**** Provided records ****

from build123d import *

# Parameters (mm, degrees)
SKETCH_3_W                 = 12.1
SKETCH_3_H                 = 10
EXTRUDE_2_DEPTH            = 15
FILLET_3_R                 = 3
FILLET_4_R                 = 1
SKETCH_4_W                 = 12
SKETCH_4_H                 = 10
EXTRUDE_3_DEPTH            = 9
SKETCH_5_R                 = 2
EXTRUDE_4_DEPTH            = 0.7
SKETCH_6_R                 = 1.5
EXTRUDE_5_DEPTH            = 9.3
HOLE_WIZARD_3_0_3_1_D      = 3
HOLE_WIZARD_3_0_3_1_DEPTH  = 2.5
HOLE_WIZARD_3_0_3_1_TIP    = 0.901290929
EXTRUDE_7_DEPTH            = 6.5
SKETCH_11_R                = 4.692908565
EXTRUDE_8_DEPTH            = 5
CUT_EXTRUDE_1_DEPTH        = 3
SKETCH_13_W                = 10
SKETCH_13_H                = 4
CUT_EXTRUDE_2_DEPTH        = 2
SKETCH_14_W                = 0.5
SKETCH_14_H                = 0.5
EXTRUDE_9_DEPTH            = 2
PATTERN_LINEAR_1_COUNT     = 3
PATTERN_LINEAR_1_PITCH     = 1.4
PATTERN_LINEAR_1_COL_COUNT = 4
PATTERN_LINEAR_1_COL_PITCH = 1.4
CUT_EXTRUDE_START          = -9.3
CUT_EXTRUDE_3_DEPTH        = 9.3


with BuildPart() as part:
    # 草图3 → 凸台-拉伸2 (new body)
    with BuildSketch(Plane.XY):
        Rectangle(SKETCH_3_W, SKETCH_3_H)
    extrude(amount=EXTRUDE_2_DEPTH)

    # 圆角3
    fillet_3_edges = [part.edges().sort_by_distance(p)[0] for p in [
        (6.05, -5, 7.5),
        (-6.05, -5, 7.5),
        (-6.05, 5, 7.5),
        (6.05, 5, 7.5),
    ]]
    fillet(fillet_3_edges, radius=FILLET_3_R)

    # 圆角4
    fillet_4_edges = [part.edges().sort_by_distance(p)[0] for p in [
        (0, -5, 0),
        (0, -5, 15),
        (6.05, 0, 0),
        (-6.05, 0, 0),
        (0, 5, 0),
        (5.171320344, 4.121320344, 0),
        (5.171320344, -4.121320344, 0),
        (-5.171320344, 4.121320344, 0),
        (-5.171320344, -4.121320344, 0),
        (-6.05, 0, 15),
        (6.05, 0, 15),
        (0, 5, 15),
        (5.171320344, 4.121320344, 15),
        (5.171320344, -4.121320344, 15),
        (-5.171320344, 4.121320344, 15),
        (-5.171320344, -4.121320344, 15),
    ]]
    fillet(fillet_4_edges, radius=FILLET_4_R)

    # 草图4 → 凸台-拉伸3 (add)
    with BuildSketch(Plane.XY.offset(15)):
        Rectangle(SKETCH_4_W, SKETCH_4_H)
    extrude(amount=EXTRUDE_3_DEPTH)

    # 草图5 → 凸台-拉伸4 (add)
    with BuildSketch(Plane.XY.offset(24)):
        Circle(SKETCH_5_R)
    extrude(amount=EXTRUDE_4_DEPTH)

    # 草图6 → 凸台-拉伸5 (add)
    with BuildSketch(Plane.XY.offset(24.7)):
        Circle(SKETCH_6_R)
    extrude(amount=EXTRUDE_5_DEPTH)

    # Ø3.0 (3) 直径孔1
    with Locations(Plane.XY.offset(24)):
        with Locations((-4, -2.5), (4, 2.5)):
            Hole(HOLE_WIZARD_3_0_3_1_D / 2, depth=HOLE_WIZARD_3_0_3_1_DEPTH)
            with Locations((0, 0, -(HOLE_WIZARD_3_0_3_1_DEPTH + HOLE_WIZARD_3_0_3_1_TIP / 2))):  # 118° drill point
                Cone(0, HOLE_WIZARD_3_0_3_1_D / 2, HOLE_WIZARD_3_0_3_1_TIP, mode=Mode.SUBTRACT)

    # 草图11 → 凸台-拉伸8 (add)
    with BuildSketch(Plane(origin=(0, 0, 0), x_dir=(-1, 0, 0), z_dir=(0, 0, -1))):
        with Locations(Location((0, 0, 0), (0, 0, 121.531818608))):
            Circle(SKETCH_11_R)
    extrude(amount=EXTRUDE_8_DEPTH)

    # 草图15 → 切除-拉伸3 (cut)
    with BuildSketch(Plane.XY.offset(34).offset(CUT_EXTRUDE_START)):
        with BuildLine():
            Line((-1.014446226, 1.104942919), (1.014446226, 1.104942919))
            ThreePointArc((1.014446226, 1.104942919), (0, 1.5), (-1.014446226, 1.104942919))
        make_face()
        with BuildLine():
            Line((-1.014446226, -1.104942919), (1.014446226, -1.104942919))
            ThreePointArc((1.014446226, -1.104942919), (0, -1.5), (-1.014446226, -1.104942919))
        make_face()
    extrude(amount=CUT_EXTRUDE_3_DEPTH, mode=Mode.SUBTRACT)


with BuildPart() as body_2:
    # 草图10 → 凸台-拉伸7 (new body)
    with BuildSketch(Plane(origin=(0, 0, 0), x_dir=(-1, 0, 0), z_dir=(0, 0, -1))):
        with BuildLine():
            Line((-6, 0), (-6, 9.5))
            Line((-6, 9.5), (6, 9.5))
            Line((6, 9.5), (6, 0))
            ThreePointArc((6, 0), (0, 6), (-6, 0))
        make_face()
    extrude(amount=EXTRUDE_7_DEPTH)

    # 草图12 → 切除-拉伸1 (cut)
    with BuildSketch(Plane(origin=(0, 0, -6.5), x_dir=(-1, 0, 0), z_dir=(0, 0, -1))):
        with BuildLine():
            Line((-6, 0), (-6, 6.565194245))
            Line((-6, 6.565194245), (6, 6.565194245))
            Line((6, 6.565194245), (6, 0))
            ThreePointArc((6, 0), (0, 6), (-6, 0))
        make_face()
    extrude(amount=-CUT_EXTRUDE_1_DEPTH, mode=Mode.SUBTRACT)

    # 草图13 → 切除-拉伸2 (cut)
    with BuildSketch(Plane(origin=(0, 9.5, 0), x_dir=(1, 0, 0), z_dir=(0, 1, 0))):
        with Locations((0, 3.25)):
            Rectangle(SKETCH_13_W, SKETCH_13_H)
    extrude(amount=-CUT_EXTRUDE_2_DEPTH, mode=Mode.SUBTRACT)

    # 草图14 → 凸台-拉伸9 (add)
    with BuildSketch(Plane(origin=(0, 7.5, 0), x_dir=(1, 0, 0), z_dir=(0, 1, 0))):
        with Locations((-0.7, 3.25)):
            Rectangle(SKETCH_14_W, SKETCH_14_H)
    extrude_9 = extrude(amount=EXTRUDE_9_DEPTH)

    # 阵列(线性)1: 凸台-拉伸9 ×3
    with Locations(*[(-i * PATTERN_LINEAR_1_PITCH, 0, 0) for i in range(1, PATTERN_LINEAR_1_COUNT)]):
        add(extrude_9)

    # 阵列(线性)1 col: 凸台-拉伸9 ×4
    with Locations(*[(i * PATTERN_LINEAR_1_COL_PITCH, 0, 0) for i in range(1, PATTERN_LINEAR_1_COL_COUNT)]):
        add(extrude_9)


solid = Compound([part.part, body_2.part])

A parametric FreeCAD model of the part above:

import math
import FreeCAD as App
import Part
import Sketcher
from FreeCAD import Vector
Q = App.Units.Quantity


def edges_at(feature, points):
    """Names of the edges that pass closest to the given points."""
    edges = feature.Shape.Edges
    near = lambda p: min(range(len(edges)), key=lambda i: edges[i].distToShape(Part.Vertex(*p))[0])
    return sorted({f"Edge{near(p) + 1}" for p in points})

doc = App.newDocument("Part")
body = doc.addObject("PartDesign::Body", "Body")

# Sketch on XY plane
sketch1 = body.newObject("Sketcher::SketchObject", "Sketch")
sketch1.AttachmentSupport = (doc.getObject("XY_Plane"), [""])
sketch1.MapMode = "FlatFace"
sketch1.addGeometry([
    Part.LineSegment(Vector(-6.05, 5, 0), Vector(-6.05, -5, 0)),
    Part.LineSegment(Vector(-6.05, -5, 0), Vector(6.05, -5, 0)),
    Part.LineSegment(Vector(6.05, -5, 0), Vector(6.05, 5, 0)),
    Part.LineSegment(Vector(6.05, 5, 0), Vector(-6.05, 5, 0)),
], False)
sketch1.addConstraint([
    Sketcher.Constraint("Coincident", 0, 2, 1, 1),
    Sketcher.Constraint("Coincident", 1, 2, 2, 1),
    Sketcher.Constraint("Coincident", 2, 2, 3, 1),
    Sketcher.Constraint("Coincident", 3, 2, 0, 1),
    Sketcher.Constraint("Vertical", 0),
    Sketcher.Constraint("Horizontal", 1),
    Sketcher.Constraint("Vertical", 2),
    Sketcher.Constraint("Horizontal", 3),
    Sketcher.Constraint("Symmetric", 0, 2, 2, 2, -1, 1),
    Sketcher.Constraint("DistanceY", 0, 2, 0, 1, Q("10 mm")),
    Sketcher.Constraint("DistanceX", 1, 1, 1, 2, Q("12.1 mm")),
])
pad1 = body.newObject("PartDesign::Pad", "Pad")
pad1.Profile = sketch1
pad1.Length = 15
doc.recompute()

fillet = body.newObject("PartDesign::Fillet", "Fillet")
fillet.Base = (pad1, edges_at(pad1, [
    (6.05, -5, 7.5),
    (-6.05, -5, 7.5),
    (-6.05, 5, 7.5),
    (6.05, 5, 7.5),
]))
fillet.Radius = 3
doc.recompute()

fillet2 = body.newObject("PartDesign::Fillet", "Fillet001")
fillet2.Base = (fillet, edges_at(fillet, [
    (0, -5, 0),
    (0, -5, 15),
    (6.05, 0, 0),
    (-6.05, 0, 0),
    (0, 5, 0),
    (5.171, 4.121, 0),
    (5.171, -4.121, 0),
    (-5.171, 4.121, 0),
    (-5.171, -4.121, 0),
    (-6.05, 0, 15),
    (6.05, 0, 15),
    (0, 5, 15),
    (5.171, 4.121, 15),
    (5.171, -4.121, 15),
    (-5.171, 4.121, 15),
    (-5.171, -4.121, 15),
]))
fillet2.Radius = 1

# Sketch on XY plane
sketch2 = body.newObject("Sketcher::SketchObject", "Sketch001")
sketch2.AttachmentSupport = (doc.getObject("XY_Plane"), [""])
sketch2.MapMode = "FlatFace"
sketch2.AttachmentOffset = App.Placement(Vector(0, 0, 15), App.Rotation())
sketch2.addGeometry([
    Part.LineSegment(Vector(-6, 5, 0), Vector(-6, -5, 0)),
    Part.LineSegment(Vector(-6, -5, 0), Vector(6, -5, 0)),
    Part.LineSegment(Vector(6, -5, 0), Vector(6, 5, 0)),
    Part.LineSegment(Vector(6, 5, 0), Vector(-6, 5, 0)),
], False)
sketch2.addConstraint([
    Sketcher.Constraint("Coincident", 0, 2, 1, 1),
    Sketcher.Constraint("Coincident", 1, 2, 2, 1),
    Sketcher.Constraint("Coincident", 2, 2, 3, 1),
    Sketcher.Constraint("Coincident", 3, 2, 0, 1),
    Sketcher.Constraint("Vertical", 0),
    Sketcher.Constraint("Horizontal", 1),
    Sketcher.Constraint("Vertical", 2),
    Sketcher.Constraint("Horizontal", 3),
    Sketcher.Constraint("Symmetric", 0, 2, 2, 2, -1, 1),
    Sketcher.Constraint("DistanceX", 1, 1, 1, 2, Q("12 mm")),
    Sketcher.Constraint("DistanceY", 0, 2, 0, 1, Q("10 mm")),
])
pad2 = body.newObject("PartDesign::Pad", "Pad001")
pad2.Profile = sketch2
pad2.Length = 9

****

Work order:
Return each line from the data where the string "Rectangle" can be found.

Worked solution:
        Rectangle(SKETCH_3_W, SKETCH_3_H)
        Rectangle(SKETCH_4_W, SKETCH_4_H)
            Rectangle(SKETCH_13_W, SKETCH_13_H)
            Rectangle(SKETCH_14_W, SKETCH_14_H)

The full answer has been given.